A Climatology of Snow Squalls in Southern New England 1994 - 2018
- Snow squalls are sudden snow events, lasting less than one hour, characterized by low visibility and gusty winds, which can result in notable societal impacts. This analysis develops a climatology of non-lake effect snow squall events in Southern New England for 1994 – 2018 and investigates the synoptic environment and mesoscale factors conducive to their formation. National Weather Service surface observations were used to identify events; sea-level pressure maps, composite radar charts, and a cell tracking algorithm were used to determine their organization and movement; and ERA5 hourly reanalysis data were used to analyze the associated synoptic and mesoscale features, as well as convective and symmetric instability. One hundred events were identified and categorized into four distinct types of behavior based on the direction of movement of the associated radar echoes, which is closely linked to characteristic synoptic structures and mesoscale factors. The four types are Classic (squall movement from the northwest, 72 events), Atlantic (from the southwest, 15 events), Northern (from the north, 9 events), and Special (varying, 4 events). All types have a 500-hPa trough over the Northeast but differ in the structure of the trough and its relation to lower-level flow, which accounts for the differences in movement of the squalls. The snow events occur in shallow, convective squall lines and the ingredients for convection were present in all cases. Both upright and symmetric instability are typically present, all cases had at least one lower-tropospheric layer with cyclonic differential vorticity advection, and many cases were also associated with frontogenesis.

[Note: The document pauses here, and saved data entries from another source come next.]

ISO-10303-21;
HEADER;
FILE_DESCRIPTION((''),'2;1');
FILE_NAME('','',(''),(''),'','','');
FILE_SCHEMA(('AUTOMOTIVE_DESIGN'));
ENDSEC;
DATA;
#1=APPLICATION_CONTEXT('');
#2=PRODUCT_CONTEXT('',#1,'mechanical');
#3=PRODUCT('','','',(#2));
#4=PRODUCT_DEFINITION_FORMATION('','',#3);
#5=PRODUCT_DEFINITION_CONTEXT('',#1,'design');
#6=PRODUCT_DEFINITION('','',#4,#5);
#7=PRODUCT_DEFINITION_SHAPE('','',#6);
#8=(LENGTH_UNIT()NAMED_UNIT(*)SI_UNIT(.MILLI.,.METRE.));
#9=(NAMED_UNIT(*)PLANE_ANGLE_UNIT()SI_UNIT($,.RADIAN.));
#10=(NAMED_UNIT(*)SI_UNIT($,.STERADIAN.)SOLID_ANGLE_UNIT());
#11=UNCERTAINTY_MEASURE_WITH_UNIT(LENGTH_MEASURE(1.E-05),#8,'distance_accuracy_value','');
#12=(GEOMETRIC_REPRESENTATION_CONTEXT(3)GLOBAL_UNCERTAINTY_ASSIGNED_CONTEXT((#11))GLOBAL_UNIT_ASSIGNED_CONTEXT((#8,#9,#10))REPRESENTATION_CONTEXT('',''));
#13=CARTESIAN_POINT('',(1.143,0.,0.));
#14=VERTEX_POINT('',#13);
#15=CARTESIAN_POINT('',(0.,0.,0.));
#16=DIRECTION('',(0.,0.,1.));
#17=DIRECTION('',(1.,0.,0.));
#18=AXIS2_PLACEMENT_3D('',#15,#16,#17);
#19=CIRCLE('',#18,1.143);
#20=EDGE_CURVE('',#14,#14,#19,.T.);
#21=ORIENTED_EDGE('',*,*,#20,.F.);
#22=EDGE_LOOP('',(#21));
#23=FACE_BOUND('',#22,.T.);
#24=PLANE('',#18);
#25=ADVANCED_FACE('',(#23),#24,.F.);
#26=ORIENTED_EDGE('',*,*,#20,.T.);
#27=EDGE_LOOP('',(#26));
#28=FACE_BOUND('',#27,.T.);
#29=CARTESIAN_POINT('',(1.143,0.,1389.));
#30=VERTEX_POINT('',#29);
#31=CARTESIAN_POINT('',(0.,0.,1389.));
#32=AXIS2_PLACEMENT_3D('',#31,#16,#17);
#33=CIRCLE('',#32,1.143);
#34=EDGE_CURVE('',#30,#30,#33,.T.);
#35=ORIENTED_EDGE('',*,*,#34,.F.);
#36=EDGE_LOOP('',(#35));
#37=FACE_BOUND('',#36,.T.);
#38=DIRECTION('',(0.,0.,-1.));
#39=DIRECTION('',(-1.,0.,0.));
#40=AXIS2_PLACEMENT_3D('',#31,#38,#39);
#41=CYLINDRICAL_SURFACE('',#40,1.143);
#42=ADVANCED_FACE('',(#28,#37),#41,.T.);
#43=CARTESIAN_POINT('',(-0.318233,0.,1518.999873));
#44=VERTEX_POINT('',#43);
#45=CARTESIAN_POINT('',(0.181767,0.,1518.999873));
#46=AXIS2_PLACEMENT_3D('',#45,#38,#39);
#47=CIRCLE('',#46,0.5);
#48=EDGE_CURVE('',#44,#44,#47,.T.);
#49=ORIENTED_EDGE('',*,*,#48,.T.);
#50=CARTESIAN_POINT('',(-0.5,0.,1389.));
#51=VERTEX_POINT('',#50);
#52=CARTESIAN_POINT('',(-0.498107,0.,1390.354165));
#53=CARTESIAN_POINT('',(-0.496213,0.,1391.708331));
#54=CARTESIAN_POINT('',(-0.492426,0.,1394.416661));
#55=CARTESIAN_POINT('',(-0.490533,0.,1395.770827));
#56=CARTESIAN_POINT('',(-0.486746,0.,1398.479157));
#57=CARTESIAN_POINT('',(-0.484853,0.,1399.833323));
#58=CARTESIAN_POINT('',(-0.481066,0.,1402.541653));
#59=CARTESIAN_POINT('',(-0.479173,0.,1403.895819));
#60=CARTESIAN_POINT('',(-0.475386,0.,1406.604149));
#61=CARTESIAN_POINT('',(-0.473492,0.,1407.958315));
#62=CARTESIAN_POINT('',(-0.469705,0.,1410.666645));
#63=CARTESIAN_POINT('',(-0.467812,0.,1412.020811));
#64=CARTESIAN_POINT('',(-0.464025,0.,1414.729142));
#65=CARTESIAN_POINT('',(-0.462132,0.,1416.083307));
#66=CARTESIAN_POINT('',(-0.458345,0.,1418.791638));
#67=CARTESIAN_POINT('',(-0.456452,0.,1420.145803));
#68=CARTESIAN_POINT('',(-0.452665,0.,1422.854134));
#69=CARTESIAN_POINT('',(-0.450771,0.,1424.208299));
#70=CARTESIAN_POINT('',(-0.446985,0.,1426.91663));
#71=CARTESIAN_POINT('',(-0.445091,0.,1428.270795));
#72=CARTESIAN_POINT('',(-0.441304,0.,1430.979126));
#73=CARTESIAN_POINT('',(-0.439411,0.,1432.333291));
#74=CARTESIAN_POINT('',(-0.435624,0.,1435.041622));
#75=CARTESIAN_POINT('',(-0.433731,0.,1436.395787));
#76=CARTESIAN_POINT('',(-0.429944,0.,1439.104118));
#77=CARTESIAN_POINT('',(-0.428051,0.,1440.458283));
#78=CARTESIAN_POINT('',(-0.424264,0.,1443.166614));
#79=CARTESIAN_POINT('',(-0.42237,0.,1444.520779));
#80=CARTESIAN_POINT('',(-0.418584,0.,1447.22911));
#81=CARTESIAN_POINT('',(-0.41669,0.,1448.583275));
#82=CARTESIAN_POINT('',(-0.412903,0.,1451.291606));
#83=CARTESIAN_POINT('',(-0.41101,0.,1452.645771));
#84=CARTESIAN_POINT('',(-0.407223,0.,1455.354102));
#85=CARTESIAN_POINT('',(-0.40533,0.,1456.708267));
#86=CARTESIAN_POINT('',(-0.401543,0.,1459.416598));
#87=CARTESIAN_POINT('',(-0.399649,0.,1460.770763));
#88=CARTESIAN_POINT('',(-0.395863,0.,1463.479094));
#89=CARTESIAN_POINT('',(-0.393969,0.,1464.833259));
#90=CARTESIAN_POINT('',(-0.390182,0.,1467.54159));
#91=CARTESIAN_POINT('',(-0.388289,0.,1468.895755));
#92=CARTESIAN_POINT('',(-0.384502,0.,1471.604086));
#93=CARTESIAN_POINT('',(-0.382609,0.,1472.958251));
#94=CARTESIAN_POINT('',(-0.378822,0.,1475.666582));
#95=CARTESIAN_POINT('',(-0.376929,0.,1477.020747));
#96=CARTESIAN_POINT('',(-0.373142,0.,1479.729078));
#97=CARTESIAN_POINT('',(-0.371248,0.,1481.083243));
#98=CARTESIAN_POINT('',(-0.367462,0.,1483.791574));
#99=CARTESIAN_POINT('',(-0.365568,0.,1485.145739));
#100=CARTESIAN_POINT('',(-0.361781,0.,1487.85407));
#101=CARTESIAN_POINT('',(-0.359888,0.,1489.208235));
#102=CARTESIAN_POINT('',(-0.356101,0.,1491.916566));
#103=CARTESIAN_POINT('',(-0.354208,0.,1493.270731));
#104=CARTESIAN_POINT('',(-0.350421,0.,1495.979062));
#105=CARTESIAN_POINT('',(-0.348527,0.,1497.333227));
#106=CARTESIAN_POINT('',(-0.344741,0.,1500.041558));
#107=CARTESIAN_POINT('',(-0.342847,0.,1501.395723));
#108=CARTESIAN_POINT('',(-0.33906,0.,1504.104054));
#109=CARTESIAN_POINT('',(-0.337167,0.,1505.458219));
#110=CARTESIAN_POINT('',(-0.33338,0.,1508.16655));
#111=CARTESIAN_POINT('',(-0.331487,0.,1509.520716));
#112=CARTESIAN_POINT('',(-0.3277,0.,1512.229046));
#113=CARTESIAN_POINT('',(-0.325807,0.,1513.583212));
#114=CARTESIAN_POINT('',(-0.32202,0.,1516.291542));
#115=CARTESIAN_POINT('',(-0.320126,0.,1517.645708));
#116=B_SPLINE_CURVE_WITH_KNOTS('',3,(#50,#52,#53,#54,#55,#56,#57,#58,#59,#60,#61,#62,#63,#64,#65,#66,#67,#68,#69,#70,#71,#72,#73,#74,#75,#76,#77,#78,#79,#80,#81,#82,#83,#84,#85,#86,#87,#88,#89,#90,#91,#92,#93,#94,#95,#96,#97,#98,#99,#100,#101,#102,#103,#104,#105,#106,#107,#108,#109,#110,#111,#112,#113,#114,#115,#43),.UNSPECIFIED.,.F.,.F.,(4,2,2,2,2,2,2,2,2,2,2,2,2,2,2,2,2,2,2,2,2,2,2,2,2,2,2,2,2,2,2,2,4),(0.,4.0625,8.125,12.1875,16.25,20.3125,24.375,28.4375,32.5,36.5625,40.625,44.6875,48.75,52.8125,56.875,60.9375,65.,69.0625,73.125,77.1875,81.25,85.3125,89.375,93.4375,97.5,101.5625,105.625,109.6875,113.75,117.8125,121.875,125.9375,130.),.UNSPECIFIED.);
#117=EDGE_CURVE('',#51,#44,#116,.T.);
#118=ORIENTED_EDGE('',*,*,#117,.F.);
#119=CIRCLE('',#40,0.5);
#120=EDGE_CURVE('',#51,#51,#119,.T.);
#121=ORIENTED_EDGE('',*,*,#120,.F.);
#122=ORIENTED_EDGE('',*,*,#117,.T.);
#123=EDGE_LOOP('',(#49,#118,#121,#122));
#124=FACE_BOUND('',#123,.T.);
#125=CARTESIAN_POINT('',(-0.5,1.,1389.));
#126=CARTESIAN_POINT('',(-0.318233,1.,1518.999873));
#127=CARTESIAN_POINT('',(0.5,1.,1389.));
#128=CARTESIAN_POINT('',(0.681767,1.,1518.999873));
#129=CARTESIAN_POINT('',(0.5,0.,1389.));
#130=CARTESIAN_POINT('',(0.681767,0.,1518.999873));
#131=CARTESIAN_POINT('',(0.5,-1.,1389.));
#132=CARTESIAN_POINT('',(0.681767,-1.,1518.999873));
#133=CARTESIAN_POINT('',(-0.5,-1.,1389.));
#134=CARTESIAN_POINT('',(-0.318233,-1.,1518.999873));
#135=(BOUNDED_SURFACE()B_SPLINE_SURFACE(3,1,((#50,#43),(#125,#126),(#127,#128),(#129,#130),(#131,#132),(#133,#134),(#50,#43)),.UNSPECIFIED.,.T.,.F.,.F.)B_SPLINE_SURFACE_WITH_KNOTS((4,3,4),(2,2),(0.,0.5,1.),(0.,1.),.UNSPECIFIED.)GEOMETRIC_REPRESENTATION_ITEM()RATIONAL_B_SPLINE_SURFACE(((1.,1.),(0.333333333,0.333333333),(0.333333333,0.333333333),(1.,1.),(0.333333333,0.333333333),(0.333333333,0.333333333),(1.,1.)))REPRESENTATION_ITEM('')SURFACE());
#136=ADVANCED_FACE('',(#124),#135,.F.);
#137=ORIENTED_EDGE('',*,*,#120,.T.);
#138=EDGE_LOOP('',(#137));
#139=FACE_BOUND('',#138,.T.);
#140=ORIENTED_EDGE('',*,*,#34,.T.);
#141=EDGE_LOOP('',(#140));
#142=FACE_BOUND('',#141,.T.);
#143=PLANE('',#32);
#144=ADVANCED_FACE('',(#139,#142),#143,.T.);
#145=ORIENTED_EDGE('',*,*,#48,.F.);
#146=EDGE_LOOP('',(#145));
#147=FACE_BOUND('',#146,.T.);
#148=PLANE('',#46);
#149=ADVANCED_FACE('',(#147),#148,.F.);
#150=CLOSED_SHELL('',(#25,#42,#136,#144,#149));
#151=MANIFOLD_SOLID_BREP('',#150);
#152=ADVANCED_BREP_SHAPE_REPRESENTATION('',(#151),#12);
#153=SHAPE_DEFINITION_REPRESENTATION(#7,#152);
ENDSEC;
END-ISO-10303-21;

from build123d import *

# Parameters (mm, degrees)
SKETCH1_R           = 1.143
BOSS_EXTRUDE1_DEPTH = 1389
SKETCH4_R           = 0.5


with BuildPart() as part:
    # Sketch1 → Boss-Extrude1 (new body)
    with BuildSketch(Plane.XY):
        Circle(SKETCH1_R)
    extrude(amount=BOSS_EXTRUDE1_DEPTH)

    # Sweep2: sweep along a curve in space
    with BuildLine() as sweep2_path:
        add(Edge.make_bspline(
            [(0, 0, 1389), (0.18176705, 0, 1518.999872926)],
            knots=[0, 0, 1, 1], degree=1))
    # Sketch4 → Sweep2 (sweep)
    with BuildSketch(Plane(origin=(0, 0, 1389), x_dir=(-1, 0, 0), z_dir=(0, 0, -1))):
        Circle(SKETCH4_R)
    sweep(path=sweep2_path.line)


solid = part.part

- Supervisor: Dr. Frank Colby
- Coded FORTRAN and Python scripts to download METAR station data and determine dates, times, and locations of snow squall events based on given observations. Created a dataset of NEXRAD files for the dates and times of squalls based on proximity to radar sites KBOX and KENX.
- Reconfigured existing Python script (TINT) for cell tracking to work with the NEXRAD dataset of snow squall events and output the average direction of cell movement as both a .csv file and plotted on a radial plot of cardinal directions.
- Co-author on paper in review at Monthly Weather Review.